▶ Exercise description
Lines below that hold the word "amount" must be copied in full.

------------------------------------------------------------

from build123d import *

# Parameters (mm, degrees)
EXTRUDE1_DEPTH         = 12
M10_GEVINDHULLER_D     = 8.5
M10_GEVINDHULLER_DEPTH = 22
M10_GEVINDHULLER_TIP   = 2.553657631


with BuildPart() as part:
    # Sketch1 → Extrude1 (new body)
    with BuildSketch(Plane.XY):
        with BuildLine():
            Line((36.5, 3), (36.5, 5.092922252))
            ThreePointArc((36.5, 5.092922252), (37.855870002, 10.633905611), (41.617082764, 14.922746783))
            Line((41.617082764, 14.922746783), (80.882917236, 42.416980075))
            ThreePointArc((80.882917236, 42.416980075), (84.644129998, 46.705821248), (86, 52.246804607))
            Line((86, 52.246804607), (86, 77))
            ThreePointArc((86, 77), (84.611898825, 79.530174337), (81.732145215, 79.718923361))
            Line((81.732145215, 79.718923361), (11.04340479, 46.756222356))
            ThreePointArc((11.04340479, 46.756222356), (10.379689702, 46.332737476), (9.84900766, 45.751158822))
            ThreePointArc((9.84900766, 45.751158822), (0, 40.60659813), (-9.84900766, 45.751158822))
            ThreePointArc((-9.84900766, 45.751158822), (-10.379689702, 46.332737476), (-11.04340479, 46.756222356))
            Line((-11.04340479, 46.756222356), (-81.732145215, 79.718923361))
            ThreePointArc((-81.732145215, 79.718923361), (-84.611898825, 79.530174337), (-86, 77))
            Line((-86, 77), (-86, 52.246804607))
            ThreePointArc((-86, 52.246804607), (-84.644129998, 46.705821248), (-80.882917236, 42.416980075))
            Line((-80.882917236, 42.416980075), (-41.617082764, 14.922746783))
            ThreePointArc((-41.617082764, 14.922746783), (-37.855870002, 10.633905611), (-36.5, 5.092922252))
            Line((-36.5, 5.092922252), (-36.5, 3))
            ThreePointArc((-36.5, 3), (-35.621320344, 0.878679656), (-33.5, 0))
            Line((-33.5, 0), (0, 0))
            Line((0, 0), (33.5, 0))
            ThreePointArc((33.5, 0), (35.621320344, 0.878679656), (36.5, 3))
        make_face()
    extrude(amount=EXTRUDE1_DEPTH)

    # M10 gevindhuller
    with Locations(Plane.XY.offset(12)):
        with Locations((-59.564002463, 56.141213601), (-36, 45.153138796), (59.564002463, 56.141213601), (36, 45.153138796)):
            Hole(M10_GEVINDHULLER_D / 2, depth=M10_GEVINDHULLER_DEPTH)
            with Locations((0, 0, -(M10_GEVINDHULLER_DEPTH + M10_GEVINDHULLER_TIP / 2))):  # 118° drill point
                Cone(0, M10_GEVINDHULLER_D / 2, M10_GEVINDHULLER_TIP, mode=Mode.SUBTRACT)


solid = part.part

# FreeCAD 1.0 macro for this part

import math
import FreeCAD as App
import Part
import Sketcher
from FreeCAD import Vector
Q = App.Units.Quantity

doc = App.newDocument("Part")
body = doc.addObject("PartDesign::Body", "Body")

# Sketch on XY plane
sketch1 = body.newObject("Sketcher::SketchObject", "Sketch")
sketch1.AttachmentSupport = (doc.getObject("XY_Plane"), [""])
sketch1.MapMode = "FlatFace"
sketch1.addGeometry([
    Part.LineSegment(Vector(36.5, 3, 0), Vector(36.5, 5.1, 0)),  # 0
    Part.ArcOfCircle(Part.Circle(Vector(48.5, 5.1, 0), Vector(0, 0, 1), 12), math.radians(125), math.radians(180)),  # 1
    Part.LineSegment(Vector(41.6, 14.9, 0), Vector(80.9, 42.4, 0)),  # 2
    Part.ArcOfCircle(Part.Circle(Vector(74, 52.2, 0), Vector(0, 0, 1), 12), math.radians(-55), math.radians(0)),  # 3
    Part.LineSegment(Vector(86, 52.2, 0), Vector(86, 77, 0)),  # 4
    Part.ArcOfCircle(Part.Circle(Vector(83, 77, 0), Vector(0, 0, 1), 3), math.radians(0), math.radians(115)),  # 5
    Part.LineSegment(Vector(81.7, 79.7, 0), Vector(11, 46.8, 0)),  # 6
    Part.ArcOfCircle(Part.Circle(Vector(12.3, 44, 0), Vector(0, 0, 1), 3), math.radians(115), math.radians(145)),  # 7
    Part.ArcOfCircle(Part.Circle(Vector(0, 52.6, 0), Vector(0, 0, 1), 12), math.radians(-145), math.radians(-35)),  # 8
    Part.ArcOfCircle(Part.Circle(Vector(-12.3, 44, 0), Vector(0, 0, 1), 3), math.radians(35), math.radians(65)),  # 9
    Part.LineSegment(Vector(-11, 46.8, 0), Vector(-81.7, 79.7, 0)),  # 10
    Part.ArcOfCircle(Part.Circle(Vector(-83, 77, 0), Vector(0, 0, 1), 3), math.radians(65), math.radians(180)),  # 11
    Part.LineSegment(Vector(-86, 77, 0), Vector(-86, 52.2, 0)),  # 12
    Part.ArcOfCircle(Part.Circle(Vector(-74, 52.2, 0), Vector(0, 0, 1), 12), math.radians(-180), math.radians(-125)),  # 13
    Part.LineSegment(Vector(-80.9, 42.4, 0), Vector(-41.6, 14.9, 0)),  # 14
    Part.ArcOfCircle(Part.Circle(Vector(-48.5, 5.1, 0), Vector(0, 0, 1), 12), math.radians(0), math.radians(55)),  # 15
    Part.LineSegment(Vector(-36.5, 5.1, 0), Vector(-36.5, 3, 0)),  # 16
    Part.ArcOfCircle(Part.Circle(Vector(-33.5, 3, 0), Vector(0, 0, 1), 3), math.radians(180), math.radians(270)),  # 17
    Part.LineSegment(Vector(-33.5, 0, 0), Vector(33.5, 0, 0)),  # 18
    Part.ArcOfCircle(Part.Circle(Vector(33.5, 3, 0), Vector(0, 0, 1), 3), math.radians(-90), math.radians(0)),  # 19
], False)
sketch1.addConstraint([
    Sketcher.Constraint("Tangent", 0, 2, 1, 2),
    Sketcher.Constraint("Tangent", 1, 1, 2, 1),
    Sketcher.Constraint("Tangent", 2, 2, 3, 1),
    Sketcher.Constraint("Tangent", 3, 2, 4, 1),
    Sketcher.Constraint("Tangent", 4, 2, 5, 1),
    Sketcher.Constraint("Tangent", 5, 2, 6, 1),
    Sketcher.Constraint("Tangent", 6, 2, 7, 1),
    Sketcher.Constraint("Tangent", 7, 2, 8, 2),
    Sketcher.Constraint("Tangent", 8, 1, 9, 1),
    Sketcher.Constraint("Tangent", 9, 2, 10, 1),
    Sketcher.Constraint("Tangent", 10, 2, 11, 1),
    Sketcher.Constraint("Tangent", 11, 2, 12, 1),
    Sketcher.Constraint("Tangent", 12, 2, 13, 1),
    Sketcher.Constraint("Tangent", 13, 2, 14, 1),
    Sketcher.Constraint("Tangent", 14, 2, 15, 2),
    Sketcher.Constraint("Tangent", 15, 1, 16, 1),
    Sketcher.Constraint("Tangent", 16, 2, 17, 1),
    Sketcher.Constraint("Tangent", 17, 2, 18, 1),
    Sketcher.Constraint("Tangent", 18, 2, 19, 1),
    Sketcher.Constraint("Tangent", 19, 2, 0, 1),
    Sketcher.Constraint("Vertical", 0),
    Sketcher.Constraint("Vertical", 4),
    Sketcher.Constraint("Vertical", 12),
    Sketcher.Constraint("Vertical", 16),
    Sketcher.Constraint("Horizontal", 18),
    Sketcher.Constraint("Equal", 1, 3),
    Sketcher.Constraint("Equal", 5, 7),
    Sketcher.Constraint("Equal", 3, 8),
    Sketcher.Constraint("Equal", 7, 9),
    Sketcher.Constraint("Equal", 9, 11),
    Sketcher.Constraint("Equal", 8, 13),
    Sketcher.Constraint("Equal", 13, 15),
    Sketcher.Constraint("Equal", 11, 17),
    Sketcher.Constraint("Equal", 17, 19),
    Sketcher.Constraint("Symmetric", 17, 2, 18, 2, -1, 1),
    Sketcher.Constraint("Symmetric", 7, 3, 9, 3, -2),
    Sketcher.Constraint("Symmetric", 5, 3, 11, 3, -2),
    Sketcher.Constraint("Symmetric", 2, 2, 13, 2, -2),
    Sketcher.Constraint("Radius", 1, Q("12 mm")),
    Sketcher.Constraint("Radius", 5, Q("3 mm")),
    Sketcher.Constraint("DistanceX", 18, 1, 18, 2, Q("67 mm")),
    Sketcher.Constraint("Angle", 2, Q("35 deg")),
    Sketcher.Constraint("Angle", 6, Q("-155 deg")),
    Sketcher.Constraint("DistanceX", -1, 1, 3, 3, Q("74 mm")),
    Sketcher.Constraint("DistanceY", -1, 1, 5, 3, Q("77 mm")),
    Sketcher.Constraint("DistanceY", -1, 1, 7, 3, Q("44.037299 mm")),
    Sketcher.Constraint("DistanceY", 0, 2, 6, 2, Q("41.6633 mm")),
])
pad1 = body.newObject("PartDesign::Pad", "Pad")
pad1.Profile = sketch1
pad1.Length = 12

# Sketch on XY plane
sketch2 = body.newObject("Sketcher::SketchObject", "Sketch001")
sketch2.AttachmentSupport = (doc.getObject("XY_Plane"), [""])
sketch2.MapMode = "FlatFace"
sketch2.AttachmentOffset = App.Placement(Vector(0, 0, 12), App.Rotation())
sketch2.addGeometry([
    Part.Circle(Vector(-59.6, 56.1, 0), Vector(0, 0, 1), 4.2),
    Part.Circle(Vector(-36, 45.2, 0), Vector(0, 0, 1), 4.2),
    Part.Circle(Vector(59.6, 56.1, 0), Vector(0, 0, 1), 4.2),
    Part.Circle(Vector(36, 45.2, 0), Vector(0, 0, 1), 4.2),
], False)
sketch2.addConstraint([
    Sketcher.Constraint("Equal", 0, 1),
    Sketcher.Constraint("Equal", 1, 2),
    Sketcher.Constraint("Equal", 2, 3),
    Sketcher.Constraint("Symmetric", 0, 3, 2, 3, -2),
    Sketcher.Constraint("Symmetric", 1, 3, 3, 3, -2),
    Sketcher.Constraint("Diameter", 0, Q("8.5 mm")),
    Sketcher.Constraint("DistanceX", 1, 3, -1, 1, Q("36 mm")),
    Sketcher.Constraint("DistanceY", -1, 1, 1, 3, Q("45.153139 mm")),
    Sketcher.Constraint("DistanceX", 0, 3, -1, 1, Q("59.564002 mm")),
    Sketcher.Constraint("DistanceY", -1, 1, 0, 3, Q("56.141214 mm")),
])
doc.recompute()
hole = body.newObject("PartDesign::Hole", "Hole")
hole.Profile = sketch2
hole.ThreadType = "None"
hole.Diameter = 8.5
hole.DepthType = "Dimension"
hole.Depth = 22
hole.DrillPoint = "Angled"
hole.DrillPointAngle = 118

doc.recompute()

------------------------------------------------------------

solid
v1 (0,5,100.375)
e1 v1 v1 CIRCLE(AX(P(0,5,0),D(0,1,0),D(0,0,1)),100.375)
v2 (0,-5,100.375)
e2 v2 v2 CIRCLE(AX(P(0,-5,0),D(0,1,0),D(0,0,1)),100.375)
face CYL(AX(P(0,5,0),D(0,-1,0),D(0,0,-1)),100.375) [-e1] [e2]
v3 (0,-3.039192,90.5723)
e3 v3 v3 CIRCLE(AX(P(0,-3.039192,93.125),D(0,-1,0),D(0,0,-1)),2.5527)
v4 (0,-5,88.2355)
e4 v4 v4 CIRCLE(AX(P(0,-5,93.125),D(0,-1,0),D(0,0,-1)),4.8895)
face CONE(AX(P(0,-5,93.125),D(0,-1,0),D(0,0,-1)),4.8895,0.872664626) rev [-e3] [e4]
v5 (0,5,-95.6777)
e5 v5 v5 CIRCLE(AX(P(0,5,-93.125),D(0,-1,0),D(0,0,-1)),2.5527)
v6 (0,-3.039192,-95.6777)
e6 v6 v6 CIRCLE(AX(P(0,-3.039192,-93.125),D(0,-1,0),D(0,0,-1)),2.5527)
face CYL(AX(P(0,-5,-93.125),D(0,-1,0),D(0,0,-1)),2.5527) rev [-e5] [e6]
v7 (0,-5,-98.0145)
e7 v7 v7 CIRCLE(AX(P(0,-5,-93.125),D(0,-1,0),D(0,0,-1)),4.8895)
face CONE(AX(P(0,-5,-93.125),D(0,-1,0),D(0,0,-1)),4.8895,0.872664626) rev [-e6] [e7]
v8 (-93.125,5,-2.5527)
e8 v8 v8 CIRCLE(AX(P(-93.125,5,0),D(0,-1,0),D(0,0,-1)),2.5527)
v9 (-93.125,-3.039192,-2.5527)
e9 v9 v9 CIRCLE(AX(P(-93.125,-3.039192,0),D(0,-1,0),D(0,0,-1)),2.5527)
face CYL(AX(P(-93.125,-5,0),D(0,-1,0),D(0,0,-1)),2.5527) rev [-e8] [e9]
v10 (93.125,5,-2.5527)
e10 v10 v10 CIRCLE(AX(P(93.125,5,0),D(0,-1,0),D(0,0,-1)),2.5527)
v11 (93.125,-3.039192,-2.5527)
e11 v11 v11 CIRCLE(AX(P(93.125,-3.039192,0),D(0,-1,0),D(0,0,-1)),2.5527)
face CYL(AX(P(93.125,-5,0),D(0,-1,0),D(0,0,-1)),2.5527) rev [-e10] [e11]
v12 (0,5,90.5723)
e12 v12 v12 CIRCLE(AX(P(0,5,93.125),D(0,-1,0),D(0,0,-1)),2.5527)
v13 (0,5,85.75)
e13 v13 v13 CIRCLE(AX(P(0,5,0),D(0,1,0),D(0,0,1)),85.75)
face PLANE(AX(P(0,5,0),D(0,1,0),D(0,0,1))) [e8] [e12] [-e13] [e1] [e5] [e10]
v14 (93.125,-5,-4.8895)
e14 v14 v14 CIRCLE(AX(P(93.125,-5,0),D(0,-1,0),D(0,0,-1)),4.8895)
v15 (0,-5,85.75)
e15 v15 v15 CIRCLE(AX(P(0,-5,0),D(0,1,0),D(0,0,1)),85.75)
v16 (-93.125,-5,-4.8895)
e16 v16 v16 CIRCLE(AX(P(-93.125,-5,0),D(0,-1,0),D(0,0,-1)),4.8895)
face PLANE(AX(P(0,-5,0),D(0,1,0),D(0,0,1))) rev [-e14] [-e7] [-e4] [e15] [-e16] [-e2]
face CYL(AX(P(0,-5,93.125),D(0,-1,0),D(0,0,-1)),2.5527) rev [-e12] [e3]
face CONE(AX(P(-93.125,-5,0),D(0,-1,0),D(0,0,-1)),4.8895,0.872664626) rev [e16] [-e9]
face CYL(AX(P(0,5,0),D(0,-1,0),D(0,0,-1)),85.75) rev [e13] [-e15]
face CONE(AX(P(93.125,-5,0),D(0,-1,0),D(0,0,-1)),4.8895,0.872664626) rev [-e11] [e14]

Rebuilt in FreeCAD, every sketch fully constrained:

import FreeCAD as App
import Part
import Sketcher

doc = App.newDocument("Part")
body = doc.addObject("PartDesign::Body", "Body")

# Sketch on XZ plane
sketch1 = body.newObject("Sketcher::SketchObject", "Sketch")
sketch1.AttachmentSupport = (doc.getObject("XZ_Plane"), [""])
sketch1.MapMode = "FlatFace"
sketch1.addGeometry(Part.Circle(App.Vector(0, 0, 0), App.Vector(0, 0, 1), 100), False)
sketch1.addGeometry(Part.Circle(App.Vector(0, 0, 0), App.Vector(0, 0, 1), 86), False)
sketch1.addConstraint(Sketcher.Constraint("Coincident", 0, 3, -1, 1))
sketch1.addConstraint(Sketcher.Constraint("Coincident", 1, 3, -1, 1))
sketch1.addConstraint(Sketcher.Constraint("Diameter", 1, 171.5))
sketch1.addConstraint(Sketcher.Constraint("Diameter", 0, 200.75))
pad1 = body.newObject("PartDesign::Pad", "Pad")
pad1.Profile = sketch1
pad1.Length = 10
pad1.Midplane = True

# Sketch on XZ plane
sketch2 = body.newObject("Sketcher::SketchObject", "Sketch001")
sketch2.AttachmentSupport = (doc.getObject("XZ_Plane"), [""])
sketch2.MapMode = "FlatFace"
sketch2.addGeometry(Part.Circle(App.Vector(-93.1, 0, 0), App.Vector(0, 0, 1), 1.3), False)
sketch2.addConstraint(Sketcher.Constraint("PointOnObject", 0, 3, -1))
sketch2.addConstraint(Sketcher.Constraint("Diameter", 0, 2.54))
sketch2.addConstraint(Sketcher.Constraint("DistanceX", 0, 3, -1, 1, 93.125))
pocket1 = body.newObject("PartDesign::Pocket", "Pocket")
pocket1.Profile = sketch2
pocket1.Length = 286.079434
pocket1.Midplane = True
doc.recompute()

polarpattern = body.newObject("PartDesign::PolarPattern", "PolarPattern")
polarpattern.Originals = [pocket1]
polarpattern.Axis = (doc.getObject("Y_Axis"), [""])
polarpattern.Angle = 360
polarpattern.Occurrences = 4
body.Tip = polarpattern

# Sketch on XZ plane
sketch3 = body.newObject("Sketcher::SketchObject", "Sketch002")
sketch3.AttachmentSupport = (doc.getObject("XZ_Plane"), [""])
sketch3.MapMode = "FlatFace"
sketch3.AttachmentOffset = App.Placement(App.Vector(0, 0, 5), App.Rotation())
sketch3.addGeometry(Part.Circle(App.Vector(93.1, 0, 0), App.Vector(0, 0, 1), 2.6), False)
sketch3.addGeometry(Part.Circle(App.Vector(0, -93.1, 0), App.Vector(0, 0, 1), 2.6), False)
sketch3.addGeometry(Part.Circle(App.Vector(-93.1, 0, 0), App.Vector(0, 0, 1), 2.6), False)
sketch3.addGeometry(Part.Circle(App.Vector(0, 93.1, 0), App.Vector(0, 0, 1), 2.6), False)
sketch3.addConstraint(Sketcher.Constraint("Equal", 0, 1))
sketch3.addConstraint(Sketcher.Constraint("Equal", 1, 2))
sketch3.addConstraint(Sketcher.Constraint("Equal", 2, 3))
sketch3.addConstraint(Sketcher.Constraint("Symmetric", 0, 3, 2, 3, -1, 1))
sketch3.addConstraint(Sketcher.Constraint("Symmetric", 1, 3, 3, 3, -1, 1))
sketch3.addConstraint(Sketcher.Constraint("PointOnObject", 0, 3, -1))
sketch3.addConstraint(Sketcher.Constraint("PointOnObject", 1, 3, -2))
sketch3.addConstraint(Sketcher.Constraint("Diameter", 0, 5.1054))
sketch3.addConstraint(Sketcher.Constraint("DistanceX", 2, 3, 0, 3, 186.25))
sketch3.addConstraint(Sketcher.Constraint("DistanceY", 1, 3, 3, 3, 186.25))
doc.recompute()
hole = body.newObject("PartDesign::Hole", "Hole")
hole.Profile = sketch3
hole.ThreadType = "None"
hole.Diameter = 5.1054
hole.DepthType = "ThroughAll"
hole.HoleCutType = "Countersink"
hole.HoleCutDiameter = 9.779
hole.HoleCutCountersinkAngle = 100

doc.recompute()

------------------------------------------------------------

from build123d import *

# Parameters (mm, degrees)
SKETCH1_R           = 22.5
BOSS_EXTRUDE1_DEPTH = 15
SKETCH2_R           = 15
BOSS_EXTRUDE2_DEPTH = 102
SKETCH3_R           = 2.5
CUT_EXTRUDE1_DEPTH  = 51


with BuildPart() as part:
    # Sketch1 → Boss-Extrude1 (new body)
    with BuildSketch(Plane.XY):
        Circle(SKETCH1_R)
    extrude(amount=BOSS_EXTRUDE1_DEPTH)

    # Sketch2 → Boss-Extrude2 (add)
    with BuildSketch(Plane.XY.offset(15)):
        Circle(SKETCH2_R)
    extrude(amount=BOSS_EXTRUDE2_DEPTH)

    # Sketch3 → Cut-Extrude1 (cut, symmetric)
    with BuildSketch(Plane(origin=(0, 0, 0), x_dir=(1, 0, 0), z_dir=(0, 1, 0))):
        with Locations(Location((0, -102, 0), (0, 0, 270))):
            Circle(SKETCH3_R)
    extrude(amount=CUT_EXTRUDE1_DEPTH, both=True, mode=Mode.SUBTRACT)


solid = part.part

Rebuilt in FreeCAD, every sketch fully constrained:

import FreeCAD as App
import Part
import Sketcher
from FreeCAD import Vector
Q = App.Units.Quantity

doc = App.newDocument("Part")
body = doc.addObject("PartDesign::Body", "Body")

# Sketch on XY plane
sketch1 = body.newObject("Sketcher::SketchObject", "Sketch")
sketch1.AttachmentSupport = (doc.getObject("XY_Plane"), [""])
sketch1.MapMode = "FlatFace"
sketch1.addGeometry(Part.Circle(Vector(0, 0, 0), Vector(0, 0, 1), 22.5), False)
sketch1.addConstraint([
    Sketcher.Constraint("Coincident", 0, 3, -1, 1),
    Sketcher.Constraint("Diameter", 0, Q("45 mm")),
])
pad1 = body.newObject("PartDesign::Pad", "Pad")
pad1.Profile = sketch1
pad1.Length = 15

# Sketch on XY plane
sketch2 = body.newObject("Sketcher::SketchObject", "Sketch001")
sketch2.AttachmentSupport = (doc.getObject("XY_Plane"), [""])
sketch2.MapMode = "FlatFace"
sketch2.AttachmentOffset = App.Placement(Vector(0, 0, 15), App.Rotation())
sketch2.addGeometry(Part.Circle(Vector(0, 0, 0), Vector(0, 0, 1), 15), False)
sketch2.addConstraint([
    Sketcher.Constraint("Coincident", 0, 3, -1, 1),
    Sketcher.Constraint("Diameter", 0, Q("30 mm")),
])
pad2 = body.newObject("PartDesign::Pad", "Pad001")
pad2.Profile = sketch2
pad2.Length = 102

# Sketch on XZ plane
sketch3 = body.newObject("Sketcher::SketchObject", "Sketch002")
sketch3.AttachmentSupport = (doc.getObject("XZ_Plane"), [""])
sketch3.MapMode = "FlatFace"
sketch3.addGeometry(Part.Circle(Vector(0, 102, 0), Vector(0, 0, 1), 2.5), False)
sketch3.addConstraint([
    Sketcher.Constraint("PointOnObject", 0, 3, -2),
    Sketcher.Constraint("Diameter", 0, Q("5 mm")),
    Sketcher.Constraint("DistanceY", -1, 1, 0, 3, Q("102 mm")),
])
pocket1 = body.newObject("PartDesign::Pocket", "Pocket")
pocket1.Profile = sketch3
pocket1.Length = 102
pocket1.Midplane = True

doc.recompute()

------------------------------------------------------------

▶ Solution to this problem
    extrude(amount=EXTRUDE1_DEPTH)
    extrude(amount=BOSS_EXTRUDE1_DEPTH)
    extrude(amount=BOSS_EXTRUDE2_DEPTH)
    extrude(amount=CUT_EXTRUDE1_DEPTH, both=True, mode=Mode.SUBTRACT)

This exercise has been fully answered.